By Archi Harutyun Galentz
BERLIN — On August 14 an exhibition opened in Berlin, which was not only dedicated to the revolution in Armenia, but also, with the help of a special perspective, analyzed that acclaimed process of social change.
In one of the display windows of the gallery a video was set up, with pictures of the street protests and other political actions that shook Armenia one year and a half ago. On the other side of the entrance door there was a poster hanging that introduced the exhibition as “voices of queer-feminist activists and scientists, and feminist art from Armenia.” This exhibit project was presented by the experienced Armenian curator Susanna Gyulamiryan, who stated in her introduction to the show:
“The project, ‘Dialogues about Revolution and Power,’ is dedicated to all those women who have participated in political and social protest in Armenia for the last two decades, who initiated it and organized it, those who formed and shaped the women’s movement, who stimulated a feminist debate and developed modes of critical thinking…”
Average art lovers found themselves confronted by several challenges; the show raised questions about the very image of what an art work is and what it means.
On one wall of the gallery there were four monitors that displayed reflections and analyses of the 2018 Armenian revolution contributed by young Armenian female experts. The political positions expressed by these self-conscious women citizens of the republic are to be viewed as artistic actions.

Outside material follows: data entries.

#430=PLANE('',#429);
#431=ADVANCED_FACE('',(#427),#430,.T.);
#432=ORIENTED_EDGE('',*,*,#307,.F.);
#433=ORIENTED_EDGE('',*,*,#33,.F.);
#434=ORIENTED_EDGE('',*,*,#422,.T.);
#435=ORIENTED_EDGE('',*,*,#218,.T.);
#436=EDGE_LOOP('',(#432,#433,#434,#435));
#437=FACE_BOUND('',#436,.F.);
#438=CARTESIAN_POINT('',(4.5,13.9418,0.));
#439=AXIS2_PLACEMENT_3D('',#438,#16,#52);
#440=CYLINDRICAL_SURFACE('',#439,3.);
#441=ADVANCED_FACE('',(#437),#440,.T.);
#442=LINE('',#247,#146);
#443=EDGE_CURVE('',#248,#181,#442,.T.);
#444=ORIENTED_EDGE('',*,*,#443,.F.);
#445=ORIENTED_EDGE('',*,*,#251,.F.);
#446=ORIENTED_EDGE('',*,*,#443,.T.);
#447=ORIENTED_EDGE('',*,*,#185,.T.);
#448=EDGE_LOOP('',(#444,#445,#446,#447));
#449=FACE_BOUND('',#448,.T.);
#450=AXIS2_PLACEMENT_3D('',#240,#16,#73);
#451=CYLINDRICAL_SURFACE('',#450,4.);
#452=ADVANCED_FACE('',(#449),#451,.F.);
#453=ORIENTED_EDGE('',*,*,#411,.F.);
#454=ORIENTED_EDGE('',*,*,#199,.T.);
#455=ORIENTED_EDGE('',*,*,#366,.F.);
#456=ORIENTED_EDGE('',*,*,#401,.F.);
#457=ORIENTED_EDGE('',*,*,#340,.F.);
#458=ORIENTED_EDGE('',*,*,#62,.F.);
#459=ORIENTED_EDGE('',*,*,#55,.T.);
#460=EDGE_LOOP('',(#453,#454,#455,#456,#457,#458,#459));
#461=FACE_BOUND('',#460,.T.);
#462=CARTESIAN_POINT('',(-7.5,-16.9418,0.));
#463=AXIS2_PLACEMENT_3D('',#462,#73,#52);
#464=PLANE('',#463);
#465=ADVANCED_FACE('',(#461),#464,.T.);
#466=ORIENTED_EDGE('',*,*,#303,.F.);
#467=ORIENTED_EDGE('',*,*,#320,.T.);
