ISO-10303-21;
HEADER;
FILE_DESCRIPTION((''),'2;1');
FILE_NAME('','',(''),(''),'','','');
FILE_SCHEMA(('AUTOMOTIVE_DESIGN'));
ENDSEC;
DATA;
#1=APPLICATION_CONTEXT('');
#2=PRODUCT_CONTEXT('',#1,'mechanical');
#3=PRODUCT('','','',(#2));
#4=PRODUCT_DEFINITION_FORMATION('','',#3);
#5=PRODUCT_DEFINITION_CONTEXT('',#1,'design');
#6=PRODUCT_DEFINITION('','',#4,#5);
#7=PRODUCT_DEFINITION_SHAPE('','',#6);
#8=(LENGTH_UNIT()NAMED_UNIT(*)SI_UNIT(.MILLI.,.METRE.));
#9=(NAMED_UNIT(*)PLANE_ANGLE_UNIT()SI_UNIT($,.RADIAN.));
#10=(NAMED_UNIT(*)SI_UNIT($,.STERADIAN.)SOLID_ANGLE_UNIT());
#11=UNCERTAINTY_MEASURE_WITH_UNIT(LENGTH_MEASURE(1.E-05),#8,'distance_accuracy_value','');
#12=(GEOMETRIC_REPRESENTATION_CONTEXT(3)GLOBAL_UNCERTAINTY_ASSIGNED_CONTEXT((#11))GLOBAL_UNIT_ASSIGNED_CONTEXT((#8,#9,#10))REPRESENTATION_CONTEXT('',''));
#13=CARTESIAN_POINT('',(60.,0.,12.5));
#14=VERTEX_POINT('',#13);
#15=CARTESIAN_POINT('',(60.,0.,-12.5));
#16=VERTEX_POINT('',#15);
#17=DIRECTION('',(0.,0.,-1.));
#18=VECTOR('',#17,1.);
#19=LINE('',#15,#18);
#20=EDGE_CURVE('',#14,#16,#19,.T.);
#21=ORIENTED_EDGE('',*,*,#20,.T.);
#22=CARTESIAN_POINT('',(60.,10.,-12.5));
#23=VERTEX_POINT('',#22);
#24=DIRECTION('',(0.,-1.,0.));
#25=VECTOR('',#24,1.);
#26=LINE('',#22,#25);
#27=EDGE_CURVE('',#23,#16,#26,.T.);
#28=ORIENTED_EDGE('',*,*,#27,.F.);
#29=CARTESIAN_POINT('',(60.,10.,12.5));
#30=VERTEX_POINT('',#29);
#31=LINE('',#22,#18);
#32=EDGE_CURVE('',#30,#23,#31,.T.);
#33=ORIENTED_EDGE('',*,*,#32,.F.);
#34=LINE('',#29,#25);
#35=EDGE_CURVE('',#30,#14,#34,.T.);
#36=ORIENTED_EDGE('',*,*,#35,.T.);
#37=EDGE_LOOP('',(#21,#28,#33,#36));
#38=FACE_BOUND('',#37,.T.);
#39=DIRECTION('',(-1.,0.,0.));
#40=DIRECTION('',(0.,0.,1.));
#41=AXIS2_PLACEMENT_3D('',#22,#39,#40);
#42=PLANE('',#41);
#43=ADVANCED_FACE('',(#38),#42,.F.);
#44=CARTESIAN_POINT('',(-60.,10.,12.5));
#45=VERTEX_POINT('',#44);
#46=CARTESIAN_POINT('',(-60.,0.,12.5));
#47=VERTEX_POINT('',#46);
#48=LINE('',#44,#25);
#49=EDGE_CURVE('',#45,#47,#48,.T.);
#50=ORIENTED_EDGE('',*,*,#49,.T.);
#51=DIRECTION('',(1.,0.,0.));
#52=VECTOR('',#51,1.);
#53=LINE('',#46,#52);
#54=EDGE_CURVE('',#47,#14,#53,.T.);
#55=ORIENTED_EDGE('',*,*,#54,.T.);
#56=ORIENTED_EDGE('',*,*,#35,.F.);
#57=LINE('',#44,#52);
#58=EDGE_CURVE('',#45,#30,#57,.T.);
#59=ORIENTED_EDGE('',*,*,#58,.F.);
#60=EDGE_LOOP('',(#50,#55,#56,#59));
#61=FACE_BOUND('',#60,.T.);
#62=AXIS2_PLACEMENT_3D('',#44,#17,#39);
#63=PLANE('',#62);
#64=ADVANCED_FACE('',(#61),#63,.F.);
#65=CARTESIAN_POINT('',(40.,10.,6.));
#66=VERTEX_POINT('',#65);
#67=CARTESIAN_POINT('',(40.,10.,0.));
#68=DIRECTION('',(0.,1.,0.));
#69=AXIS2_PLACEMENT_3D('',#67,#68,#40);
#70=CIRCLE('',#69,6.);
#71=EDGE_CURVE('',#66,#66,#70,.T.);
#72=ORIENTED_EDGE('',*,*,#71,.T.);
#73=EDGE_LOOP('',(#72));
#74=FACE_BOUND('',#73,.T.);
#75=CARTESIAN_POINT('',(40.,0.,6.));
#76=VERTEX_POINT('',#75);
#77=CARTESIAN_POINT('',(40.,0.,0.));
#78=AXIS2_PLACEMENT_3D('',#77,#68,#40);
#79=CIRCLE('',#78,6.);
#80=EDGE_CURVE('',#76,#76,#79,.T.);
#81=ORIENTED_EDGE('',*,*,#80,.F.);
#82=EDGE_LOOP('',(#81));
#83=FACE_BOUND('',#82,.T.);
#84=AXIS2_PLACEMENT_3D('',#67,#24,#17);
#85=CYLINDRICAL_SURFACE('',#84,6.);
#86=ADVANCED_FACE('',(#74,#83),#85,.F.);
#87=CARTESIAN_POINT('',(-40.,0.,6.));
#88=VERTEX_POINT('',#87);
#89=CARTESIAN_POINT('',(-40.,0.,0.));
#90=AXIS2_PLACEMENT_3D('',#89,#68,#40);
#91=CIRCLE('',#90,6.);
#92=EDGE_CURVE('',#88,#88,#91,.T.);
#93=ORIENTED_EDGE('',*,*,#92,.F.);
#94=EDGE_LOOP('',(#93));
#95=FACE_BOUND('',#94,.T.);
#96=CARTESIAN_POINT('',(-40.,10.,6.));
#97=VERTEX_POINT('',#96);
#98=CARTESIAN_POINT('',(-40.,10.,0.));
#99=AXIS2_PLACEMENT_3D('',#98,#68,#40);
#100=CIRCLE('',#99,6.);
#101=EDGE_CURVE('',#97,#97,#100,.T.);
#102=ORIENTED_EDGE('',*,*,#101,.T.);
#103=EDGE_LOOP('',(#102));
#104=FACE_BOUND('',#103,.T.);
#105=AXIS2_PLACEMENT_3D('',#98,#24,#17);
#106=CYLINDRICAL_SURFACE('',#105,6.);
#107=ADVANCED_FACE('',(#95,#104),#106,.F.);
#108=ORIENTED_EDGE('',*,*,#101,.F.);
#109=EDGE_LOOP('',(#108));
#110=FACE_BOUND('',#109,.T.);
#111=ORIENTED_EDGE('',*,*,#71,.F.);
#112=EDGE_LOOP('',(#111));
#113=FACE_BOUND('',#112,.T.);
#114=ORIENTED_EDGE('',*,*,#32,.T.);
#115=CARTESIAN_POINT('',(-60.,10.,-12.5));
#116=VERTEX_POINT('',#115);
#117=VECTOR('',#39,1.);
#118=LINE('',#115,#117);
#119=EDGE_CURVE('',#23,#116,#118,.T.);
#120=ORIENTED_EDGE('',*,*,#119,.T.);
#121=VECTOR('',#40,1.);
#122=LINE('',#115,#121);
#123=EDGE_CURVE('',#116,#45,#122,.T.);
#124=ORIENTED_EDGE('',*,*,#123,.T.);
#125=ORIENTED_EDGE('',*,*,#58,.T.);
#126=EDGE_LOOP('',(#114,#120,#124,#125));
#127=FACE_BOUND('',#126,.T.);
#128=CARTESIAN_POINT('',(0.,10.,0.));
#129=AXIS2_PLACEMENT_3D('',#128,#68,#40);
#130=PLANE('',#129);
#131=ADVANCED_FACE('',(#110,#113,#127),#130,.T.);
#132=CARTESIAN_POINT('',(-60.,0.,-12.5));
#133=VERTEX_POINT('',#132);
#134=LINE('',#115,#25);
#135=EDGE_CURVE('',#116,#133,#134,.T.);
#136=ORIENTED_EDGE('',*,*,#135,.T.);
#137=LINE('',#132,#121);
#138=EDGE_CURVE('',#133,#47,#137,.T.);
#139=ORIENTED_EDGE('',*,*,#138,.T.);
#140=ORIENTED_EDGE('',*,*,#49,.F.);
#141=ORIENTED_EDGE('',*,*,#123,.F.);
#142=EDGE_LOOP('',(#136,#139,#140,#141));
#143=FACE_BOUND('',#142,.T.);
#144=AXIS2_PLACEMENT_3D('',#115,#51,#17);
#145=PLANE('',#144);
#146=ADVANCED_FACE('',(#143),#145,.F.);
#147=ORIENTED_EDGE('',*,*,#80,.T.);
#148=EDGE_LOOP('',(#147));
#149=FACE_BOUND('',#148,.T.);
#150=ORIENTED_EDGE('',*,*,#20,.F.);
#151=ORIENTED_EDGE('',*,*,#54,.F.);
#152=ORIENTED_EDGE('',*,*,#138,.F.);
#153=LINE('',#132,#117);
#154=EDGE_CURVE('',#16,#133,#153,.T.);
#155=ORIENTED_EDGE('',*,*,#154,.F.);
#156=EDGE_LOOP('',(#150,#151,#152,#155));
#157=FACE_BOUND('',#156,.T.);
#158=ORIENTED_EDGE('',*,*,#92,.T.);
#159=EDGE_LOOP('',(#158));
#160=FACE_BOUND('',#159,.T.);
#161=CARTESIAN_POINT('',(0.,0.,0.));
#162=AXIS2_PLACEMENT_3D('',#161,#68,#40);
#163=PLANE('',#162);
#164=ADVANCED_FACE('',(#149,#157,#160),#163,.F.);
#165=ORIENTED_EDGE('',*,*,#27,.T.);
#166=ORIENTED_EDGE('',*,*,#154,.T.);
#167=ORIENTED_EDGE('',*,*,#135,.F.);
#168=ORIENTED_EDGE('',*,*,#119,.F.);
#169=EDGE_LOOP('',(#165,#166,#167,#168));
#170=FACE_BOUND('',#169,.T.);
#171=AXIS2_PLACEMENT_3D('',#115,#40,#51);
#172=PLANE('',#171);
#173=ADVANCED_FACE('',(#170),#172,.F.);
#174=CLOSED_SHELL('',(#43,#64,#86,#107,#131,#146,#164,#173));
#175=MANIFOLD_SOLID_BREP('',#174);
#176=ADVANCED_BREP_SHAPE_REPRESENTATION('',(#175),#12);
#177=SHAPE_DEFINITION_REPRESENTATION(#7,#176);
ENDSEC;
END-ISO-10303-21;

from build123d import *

# Parameters (mm, degrees)
SKETCH1_W           = 120
SKETCH1_H           = 25
SKETCH1_R           = 6
BOSS_EXTRUDE1_DEPTH = 10


with BuildPart() as part:
    # Sketch1 → Boss-Extrude1 (new body)
    with BuildSketch(Plane(origin=(0, 0, 0), x_dir=(1, 0, 0), z_dir=(0, 1, 0))):
        Rectangle(SKETCH1_W, SKETCH1_H)
        with Locations(Location((40, 0, 0), (0, 0, 270))):
            Circle(SKETCH1_R, mode=Mode.SUBTRACT)
        with Locations(Location((-40, 0, 0), (0, 0, 270))):
            Circle(SKETCH1_R, mode=Mode.SUBTRACT)
    extrude(amount=BOSS_EXTRUDE1_DEPTH)


solid = part.part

Formally conceived as a unified gestalt, this series of portraits moves from a poetical declaration (Anna Zhamakochyan “Revolution: The Return of Reality”) or the presentation of a one-line poem (Ruzanna Grigoryan “for the sake of the revolution, not to talk about the revolution”), to complaints about the incompetence of official reporting in Armenia, incapable of analyzing or even taking note of social phenomena (Gayan Ayvazyan “Chronicles of the April Revolution”) and a merciless deconstruction of the attempt on the part of the new government elites to instrumentalize the women’s movement (Anna Nikogosyan “The Gendered Shades of Regime Change in Armenia”). Nikogosyan can also be seen in the trailer projected onto the display window, with a poster from the protests in Spring 2018. Its radical conclusion, that it is too early (to put it mildly) to speak of revolutionary changes in the country, lends the entire exhibition a serious tenor, an uncompromising and skeptical attitude toward the populist rhetoric of officialdom.